Dalam petitumnya, Pemohon meminta MK membatalkan Keputusan KPU Kota Banjarbaru Nomor 191 Tahun 2024 tentang Penetapan Perolehan Suara Hasil Pemilihan Calon Wali Kota dan Wakil Wali Kota Banjarbaru Tahun 2024 yang tertanggal 02 Desember 2024. Selanjutnya, menetapkan perolehan suara dengan Lisa Halaby-Wartono (36.135 suara) dan kolom kosong (78. 736 suara).
Lalu, meminta MK memerintahkan kepada KPU RI untuk mengambil alih penyelenggaraan Pilwalkot Banjarbaru dengan mengulang seluruh tahapannya. Atau, membatalkan Keputusan KPU Kota Banjarbaru Nomor 191 Tahun 2024 tentang Penetapan Perolehan Suara Hasil Pemilihan Calon Wali Kota dan Wakil Wali Kota Banjarbaru Tahun 2024 tertanggal 02 Desember 2024.
"Memerintahkan kepada KPU RI untuk mengambil alih dan melaksanakan pemungutan suara ulang (PSU) di seluruh tempat pemungutan suara (TPS) di Kota Banjarbaru dengan mekanisme pasangan calon nomor urut 01 melawan kolom kosong," ujar Pazri.
Argumen senada disampaikan Denny Indrayana, yang menjadi kuasa hukum Pemohon Udiansyah dan Abdul Karim.

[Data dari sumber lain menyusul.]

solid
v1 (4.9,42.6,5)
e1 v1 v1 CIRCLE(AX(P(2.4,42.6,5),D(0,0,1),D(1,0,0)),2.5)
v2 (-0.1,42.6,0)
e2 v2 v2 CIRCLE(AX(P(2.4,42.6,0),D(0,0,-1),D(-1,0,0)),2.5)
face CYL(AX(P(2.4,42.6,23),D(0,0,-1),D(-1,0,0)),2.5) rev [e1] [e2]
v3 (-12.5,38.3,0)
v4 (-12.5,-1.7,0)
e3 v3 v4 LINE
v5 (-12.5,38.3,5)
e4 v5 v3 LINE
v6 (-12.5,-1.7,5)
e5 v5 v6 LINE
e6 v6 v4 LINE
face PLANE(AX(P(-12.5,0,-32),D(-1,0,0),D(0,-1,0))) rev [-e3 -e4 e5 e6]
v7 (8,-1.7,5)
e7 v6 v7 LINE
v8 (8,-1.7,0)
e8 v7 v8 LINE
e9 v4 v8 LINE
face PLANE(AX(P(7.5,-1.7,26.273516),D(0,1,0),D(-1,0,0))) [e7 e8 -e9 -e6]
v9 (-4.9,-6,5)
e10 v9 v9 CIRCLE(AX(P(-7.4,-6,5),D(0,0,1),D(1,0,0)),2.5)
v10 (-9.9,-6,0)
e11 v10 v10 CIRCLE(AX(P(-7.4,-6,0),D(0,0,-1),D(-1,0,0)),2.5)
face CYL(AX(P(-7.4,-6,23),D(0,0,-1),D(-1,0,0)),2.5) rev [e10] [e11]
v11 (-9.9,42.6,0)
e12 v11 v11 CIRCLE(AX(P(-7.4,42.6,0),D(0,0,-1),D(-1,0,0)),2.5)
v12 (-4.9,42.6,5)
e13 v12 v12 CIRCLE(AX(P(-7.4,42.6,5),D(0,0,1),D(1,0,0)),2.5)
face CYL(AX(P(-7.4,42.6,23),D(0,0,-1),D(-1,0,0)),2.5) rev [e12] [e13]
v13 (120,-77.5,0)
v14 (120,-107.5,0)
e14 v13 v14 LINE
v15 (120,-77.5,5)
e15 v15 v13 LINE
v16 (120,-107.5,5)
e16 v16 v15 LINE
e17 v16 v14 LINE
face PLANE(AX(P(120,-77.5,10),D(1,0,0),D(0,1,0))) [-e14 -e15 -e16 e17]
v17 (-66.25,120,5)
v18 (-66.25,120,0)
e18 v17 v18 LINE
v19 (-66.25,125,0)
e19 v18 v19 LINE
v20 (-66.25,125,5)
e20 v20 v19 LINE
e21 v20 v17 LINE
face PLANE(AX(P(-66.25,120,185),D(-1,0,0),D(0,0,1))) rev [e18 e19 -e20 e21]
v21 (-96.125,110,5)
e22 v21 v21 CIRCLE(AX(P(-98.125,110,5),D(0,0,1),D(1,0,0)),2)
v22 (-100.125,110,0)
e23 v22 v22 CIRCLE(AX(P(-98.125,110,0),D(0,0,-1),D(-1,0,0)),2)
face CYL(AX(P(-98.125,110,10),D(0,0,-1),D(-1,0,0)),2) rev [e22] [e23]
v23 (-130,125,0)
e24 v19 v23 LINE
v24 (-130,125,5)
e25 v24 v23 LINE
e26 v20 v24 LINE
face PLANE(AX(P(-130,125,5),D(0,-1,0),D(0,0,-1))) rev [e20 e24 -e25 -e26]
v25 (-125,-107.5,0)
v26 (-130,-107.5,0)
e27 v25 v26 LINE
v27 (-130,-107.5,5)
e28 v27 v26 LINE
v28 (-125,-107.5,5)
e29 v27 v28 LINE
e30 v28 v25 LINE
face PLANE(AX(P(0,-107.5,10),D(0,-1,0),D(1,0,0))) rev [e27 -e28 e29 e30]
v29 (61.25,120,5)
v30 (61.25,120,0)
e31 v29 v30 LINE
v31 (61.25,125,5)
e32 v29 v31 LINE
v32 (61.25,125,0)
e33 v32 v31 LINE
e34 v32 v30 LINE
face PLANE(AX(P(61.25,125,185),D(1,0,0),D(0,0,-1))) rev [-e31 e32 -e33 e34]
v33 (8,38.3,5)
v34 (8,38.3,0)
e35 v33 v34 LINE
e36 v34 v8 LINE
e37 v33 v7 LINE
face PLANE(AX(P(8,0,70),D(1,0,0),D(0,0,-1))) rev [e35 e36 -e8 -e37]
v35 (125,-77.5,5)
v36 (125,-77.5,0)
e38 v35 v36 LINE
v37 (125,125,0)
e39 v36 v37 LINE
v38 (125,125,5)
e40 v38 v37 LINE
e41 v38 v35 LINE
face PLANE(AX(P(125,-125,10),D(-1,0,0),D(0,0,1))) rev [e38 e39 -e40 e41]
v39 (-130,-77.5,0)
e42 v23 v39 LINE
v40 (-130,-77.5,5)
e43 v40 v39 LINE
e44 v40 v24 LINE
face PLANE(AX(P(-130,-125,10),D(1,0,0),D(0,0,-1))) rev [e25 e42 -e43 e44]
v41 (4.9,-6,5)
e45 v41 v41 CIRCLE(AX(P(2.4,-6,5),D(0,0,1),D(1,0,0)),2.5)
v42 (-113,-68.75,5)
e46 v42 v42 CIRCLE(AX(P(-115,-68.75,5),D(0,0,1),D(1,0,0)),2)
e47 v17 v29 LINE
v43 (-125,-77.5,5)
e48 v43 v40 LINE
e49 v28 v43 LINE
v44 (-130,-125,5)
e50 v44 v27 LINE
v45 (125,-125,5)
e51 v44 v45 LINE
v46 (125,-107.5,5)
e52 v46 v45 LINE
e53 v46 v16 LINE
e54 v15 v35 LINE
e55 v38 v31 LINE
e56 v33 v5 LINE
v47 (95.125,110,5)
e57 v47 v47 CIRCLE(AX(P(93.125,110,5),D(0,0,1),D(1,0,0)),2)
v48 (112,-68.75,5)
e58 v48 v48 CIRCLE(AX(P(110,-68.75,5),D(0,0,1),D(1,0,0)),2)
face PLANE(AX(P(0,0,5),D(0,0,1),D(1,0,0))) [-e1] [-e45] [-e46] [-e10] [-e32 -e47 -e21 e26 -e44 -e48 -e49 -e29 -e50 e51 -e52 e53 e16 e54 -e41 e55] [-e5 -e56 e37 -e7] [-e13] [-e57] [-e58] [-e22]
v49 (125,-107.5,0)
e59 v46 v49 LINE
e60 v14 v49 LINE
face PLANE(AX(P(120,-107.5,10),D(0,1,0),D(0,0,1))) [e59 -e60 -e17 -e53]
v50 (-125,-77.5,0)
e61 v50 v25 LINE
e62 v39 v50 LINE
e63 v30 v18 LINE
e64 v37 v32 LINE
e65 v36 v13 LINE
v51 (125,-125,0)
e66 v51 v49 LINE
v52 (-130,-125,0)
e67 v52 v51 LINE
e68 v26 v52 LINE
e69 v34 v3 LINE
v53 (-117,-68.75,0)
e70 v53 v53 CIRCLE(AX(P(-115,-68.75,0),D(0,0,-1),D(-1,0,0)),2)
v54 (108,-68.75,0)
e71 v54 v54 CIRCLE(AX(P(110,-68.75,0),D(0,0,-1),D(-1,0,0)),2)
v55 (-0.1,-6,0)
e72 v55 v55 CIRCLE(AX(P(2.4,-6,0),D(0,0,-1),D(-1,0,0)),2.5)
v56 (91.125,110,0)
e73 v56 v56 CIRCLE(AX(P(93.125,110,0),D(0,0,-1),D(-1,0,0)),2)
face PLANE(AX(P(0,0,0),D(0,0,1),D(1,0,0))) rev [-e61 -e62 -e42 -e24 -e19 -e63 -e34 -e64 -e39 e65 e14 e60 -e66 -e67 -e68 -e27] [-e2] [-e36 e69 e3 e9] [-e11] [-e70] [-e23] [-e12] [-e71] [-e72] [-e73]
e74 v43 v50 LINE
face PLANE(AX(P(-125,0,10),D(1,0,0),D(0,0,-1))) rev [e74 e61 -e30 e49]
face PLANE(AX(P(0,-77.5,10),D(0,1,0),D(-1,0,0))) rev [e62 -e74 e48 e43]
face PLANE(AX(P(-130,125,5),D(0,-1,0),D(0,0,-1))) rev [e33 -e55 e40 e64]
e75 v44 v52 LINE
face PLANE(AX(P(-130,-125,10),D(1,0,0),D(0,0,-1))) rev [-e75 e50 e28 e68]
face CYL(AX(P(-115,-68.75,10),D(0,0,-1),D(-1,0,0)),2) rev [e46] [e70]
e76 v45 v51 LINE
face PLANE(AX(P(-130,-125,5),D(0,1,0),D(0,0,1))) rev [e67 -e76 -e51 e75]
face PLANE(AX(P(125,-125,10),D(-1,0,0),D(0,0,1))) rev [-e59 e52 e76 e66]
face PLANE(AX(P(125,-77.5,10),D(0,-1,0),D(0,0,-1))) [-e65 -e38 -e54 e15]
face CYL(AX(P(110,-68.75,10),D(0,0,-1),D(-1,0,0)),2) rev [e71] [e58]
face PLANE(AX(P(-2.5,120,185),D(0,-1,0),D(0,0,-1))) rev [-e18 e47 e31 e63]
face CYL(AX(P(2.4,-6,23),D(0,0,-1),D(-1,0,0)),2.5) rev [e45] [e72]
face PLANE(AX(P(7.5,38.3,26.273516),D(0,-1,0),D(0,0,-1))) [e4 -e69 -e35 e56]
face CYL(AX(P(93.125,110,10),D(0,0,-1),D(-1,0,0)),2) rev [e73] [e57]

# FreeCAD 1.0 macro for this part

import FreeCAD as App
import Part
import Sketcher

V = App.Vector
Q = App.Units.Quantity

doc = App.newDocument("Part")
body = doc.addObject("PartDesign::Body", "Body")

# Sketch on XY plane
sketch1 = body.newObject("Sketcher::SketchObject", "Sketch")
sketch1.AttachmentSupport = (doc.getObject("XY_Plane"), [""])
sketch1.MapMode = "FlatFace"
sketch1.addGeometry(Part.LineSegment(V(-130, 125, 0), V(-130, -125, 0)), False)
sketch1.addGeometry(Part.LineSegment(V(-130, -125, 0), V(125, -125, 0)), False)
sketch1.addGeometry(Part.LineSegment(V(125, -125, 0), V(125, 125, 0)), False)
sketch1.addGeometry(Part.LineSegment(V(125, 125, 0), V(-130, 125, 0)), False)
sketch1.addConstraint(Sketcher.Constraint("Coincident", 0, 2, 1, 1))
sketch1.addConstraint(Sketcher.Constraint("Coincident", 1, 2, 2, 1))
sketch1.addConstraint(Sketcher.Constraint("Coincident", 2, 2, 3, 1))
sketch1.addConstraint(Sketcher.Constraint("Coincident", 3, 2, 0, 1))
sketch1.addConstraint(Sketcher.Constraint("Vertical", 0))
sketch1.addConstraint(Sketcher.Constraint("Horizontal", 1))
sketch1.addConstraint(Sketcher.Constraint("Vertical", 2))
sketch1.addConstraint(Sketcher.Constraint("Horizontal", 3))
sketch1.addConstraint(Sketcher.Constraint("DistanceX", 1, 1, 1, 2, Q("255 mm")))
sketch1.addConstraint(Sketcher.Constraint("DistanceY", 0, 2, 0, 1, Q("250 mm")))
sketch1.addConstraint(Sketcher.Constraint("DistanceX", 0, 2, -1, 1, Q("130 mm")))
sketch1.addConstraint(Sketcher.Constraint("DistanceY", 0, 2, -1, 1, Q("125 mm")))
pad1 = body.newObject("PartDesign::Pad", "Pad")
pad1.Profile = sketch1
pad1.Length = 5

# Sketch on XY plane
sketch2 = body.newObject("Sketcher::SketchObject", "Sketch001")
sketch2.AttachmentSupport = (doc.getObject("XY_Plane"), [""])
sketch2.MapMode = "FlatFace"
sketch2.addGeometry(Part.LineSegment(V(8, 46, 0), V(8, -9, 0)), False)
sketch2.addGeometry(Part.LineSegment(V(8, -9, 0), V(-12, -9, 0)), False)
sketch2.addGeometry(Part.LineSegment(V(-12, -9, 0), V(-12, 46, 0)), False)
sketch2.addGeometry(Part.LineSegment(V(-12, 46, 0), V(8, 46, 0)), False)
sketch2.addConstraint(Sketcher.Constraint("Coincident", 0, 2, 1, 1))
sketch2.addConstraint(Sketcher.Constraint("Coincident", 1, 2, 2, 1))
sketch2.addConstraint(Sketcher.Constraint("Coincident", 2, 2, 3, 1))
sketch2.addConstraint(Sketcher.Constraint("Coincident", 3, 2, 0, 1))
sketch2.addConstraint(Sketcher.Constraint("Vertical", 0))
sketch2.addConstraint(Sketcher.Constraint("Horizontal", 1))
sketch2.addConstraint(Sketcher.Constraint("Vertical", 2))
sketch2.addConstraint(Sketcher.Constraint("Horizontal", 3))
sketch2.addConstraint(Sketcher.Constraint("DistanceX", 1, 2, 1, 1, Q("20 mm")))
sketch2.addConstraint(Sketcher.Constraint("DistanceY", 0, 2, 0, 1, Q("54.5 mm")))
sketch2.addConstraint(Sketcher.Constraint("DistanceX", -1, 1, 0, 2, Q("7.5 mm")))
sketch2.addConstraint(Sketcher.Constraint("DistanceY", 0, 2, -1, 1, Q("8.95 mm")))
pocket1 = body.newObject("PartDesign::Pocket", "Pocket")
pocket1.Profile = sketch2
pocket1.Type = "ThroughAll"
pocket1.Midplane = True

# Sketch on XY plane
sketch3 = body.newObject("Sketcher::SketchObject", "Sketch002")
sketch3.AttachmentSupport = (doc.getObject("XY_Plane"), [""])
sketch3.MapMode = "FlatFace"
sketch3.addGeometry(Part.LineSegment(V(8, 46, 0), V(8, 38, 0)), False)
sketch3.addGeometry(Part.LineSegment(V(8, 38, 0), V(-12, 38, 0)), False)
sketch3.addGeometry(Part.LineSegment(V(-12, 38, 0), V(-12, 46, 0)), False)
sketch3.addGeometry(Part.LineSegment(V(-12, 46, 0), V(8, 46, 0)), False)
sketch3.addGeometry(Part.LineSegment(V(8, -2, 0), V(8, -9, 0)), False)
sketch3.addGeometry(Part.LineSegment(V(8, -9, 0), V(-12, -9, 0)), False)
sketch3.addGeometry(Part.LineSegment(V(-12, -9, 0), V(-12, -2, 0)), False)
sketch3.addGeometry(Part.LineSegment(V(-12, -2, 0), V(8, -2, 0)), False)
sketch3.addConstraint(Sketcher.Constraint("Coincident", 0, 2, 1, 1))
sketch3.addConstraint(Sketcher.Constraint("Coincident", 1, 2, 2, 1))
sketch3.addConstraint(Sketcher.Constraint("Coincident", 2, 2, 3, 1))
sketch3.addConstraint(Sketcher.Constraint("Coincident", 3, 2, 0, 1))
sketch3.addConstraint(Sketcher.Constraint("Coincident", 4, 2, 5, 1))
sketch3.addConstraint(Sketcher.Constraint("Coincident", 5, 2, 6, 1))
sketch3.addConstraint(Sketcher.Constraint("Coincident", 6, 2, 7, 1))
sketch3.addConstraint(Sketcher.Constraint("Coincident", 7, 2, 4, 1))
sketch3.addConstraint(Sketcher.Constraint("Vertical", 0))
sketch3.addConstraint(Sketcher.Constraint("Horizontal", 1))
sketch3.addConstraint(Sketcher.Constraint("Vertical", 2))
sketch3.addConstraint(Sketcher.Constraint("Horizontal", 3))
sketch3.addConstraint(Sketcher.Constraint("Vertical", 4))
sketch3.addConstraint(Sketcher.Constraint("Horizontal", 5))
sketch3.addConstraint(Sketcher.Constraint("Vertical", 6))
sketch3.addConstraint(Sketcher.Constraint("Horizontal", 7))
sketch3.addConstraint(Sketcher.Constraint("Vertical", 3, 2, 4, 2))
sketch3.addConstraint(Sketcher.Constraint("Vertical", 2, 2, 5, 2))
sketch3.addConstraint(Sketcher.Constraint("Equal", 2, 4))
sketch3.addConstraint(Sketcher.Constraint("DistanceX", 1, 2, 1, 1, Q("20 mm")))
sketch3.addConstraint(Sketcher.Constraint("DistanceY", 6, 2, 1, 2, Q("40 mm")))
sketch3.addConstraint(Sketcher.Constraint("DistanceY", 0, 2, 0, 1, Q("7.25 mm")))
sketch3.addConstraint(Sketcher.Constraint("DistanceX", -1, 1, 0, 2, Q("7.5 mm")))
sketch3.addConstraint(Sketcher.Constraint("DistanceY", -1, 1, 0, 2, Q("38.3 mm")))
pad2 = body.newObject("PartDesign::Pad", "Pad001")
pad2.Profile = sketch3
pad2.Length = 5

# Sketch on XY plane
sketch4 = body.newObject("Sketcher::SketchObject", "Sketch003")
sketch4.AttachmentSupport = (doc.getObject("XY_Plane"), [""])
sketch4.MapMode = "FlatFace"
sketch4.addGeometry(Part.LineSegment(V(8, 48, 0), V(32, 48, 0)), False)
sketch4.addGeometry(Part.LineSegment(V(32, 48, 0), V(32, -12, 0)), False)
sketch4.addGeometry(Part.LineSegment(V(32, -12, 0), V(8, -12, 0)), False)
sketch4.addGeometry(Part.LineSegment(V(8, -12, 0), V(8, 48, 0)), False)
sketch4.addConstraint(Sketcher.Constraint("Coincident", 0, 2, 1, 1))
sketch4.addConstraint(Sketcher.Constraint("Coincident", 1, 2, 2, 1))
sketch4.addConstraint(Sketcher.Constraint("Coincident", 2, 2, 3, 1))
sketch4.addConstraint(Sketcher.Constraint("Coincident", 3, 2, 0, 1))
sketch4.addConstraint(Sketcher.Constraint("Horizontal", 0))
sketch4.addConstraint(Sketcher.Constraint("Vertical", 1))
sketch4.addConstraint(Sketcher.Constraint("Horizontal", 2))
sketch4.addConstraint(Sketcher.Constraint("Vertical", 3))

“Pemilukada Banjarbaru seharusnya dilaksanakan sebagai pemilukada calon tunggal, antara pasangan calon nomor 1 Erna Lisa Halaby dan Wartono melawan kotak kosong. Termohon (KPU Banjarbaru) tidak mencetak kolom kotak kosong,” ujar mantan Wakil Menteri Hukum dan HAM itu.
Dalam pemilukada tersebut, KPU Kota Banjarbaru menerapkan aturan bahwa suara yang memilih Aditya Mufti-Said dianggap sebagai suara tidak sah. Namun, aturan ini dinilai bermasalah oleh masyarakat.
“Bila mengikuti alur terpikir termohon, maka paslon nomor 1 meski hanya mendapatkan satu suara saja, maka (paslon 1) menjadi pemenang pemilukada karena suara yang lain tidak sah,” kata Denny.
Ia menilai hak konstitusional masyarakat untuk memilih pemimpin telah direnggut karena tidak adanya opsi kotak kosong.